Seit 18 Uhr der Güterverkehr, ab 22 Uhr dann auch der Personenverkehr

Im Bahnverkehr läuft der von der Lokführergewerkschaft GDL ausgerufene Streik an, mit dem neben höherem Verdienst auch kürzere Arbeitszeiten durchgesetzt werden sollen. Seit 18 Uhr soll der Güterverkehr zum Stillstand kommen, ab 22 Uhr dann auch der Personenverkehr – und das dann 24 Stunden lang bis Freitagabend, 22 Uhr. Die Deutsche Bahn rechnet aufgrund des Streiks bundesweit mit Verspätungen und Zugausfällen.
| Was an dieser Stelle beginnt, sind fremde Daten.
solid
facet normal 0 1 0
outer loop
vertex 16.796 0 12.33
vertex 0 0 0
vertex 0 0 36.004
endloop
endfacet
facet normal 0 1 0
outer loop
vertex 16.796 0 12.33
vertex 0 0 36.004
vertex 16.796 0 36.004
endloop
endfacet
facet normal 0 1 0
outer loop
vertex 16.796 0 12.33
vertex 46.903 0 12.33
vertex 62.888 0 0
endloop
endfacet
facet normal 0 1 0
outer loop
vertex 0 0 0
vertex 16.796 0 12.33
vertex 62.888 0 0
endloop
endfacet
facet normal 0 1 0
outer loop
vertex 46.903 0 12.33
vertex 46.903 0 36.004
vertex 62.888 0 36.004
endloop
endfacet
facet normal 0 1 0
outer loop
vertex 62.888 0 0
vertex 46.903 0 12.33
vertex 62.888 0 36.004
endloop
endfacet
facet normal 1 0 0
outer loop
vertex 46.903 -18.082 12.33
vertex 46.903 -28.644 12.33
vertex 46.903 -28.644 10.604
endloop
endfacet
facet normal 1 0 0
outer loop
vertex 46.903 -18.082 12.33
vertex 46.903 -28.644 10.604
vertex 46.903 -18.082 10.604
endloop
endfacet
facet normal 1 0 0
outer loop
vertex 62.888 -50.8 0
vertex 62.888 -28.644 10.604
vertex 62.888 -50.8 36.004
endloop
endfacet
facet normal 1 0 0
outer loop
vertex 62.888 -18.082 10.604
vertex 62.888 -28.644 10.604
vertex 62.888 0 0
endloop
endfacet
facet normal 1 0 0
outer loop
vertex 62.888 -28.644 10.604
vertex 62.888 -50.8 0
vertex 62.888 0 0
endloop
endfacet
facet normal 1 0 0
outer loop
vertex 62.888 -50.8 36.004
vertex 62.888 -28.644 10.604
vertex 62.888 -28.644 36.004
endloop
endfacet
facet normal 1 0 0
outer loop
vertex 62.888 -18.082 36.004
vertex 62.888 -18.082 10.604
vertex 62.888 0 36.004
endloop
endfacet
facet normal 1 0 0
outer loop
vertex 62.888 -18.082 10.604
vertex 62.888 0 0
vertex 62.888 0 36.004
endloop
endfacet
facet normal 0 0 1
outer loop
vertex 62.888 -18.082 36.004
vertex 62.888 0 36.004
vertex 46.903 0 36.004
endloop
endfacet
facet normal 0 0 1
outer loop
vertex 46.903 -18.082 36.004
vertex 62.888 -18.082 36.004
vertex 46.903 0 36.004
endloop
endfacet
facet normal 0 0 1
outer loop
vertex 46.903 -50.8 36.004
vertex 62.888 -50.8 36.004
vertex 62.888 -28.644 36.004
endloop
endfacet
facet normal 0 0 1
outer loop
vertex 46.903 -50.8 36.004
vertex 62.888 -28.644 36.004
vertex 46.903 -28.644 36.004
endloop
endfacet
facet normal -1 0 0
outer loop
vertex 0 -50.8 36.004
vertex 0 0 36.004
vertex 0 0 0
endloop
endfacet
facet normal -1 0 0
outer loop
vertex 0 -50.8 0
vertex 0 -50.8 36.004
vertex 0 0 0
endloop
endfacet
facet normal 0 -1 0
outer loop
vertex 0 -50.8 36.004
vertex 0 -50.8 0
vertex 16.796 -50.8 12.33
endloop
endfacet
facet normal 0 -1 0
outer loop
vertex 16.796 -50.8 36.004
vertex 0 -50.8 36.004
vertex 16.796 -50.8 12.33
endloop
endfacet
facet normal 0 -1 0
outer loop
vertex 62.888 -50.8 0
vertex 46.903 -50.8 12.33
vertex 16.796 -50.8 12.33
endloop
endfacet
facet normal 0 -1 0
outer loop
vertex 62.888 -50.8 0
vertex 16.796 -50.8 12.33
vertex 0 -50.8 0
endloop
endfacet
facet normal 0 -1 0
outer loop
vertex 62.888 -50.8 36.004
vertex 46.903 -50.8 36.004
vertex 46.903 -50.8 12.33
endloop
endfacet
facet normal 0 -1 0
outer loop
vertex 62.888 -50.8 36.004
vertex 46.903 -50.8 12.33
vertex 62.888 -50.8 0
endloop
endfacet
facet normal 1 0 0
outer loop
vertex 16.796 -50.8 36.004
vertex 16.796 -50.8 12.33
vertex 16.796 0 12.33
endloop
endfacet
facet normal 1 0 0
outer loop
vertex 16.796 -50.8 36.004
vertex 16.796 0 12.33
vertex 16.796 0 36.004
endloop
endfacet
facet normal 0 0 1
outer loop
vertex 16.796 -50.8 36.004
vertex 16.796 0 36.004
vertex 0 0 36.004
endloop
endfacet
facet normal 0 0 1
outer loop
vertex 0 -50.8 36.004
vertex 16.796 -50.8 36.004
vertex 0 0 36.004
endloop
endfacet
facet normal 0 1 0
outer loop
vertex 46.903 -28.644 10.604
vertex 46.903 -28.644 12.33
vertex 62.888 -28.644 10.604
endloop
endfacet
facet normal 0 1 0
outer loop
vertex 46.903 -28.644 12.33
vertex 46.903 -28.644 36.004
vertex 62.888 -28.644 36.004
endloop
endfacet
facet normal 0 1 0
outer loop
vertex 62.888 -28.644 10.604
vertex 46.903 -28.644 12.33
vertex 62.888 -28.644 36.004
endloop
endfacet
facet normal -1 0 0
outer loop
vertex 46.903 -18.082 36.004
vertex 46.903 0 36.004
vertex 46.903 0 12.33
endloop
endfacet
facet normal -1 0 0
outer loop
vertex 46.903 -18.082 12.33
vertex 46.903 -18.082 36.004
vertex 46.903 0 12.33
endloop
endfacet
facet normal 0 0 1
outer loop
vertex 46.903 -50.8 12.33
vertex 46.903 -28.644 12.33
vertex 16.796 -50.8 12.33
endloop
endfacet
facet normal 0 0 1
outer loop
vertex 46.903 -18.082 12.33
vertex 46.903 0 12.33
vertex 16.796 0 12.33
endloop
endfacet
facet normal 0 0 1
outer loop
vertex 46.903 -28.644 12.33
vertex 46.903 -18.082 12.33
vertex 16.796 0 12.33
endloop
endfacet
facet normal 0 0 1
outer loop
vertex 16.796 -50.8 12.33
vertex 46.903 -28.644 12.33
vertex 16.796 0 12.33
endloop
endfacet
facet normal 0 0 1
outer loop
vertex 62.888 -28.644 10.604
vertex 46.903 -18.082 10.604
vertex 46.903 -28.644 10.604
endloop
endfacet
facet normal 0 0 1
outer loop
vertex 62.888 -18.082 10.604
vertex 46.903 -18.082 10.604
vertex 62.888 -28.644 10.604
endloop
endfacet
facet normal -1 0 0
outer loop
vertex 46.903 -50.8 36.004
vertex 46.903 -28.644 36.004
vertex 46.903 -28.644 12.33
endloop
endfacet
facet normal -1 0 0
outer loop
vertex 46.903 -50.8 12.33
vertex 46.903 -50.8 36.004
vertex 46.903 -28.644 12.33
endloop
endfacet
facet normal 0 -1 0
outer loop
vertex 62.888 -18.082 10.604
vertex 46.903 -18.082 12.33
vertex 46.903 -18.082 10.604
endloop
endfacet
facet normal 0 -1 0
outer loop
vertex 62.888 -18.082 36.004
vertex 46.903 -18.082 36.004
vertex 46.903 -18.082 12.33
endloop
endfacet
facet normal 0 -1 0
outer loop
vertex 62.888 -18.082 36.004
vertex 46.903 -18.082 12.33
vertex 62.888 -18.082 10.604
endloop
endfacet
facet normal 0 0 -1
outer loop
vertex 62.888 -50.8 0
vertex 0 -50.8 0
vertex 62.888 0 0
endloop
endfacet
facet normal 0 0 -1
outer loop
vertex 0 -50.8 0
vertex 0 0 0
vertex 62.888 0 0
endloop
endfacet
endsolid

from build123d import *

# Parameters (mm, degrees)
F1_DEPTH = 25.4
F2_DEPTH = 25.4
F3_W     = 15.985176
F3_H     = 10.561323
F4_DEPTH = 25.4


with BuildPart() as f1:
    # F0 (on Front) → F1 (new body)
    with BuildSketch(Plane.XZ):
        Polygon((0, 36.004499), (0, 0), (62.887855, 0), (62.887855, 36.004499), (46.902679, 36.004499), (46.902679, 12.330239), (16.79617, 12.330239), (16.79617, 36.004499), align=None)
    extrude(amount=F1_DEPTH)

    # F1_face (on face) → F2 (join)
    with BuildSketch(Plane(origin=(31.257644, -25.4, 15.170026), x_dir=(1, 0, 0), z_dir=(0, -1, 0))):
        Polygon((-31.257644, 20.834473), (-31.257644, -15.170026), (31.630211, -15.170026), (31.630211, 20.834473), (15.645035, 20.834473), (15.645035, -2.839787), (-14.461474, -2.839787), (-14.461474, 20.834473), align=None)
    extrude(amount=F2_DEPTH)

    # F3 (on face) → F4 (cut)
    with BuildSketch(Plane.XY.offset(36.004499)):
        with Locations((54.895267, -23.362921)):
            Rectangle(F3_W, F3_H)
    extrude(amount=-F4_DEPTH, mode=Mode.SUBTRACT)


solid = f1.part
Der Notfahrplan sichere nur „ein sehr begrenztes Zugangebot im Fern-, Regional- und S-Bahn Verkehr der DB“, teilte der Staatskonzern mit. Alle Fahrgäste, die ihre für den Donnerstagabend und Freitag geplante Reise verschieben möchten, können ihr Ticket zu einem späteren Zeitpunkt nutzen – die Zugbindung für Sparpreis-Tickets ist aufgehoben. Ticket gelten dabei für die Fahrt zum ursprünglichen Zielort, auch mit einer geänderten Streckenführung, Sitzplatzreservierungen können kostenfrei storniert werden.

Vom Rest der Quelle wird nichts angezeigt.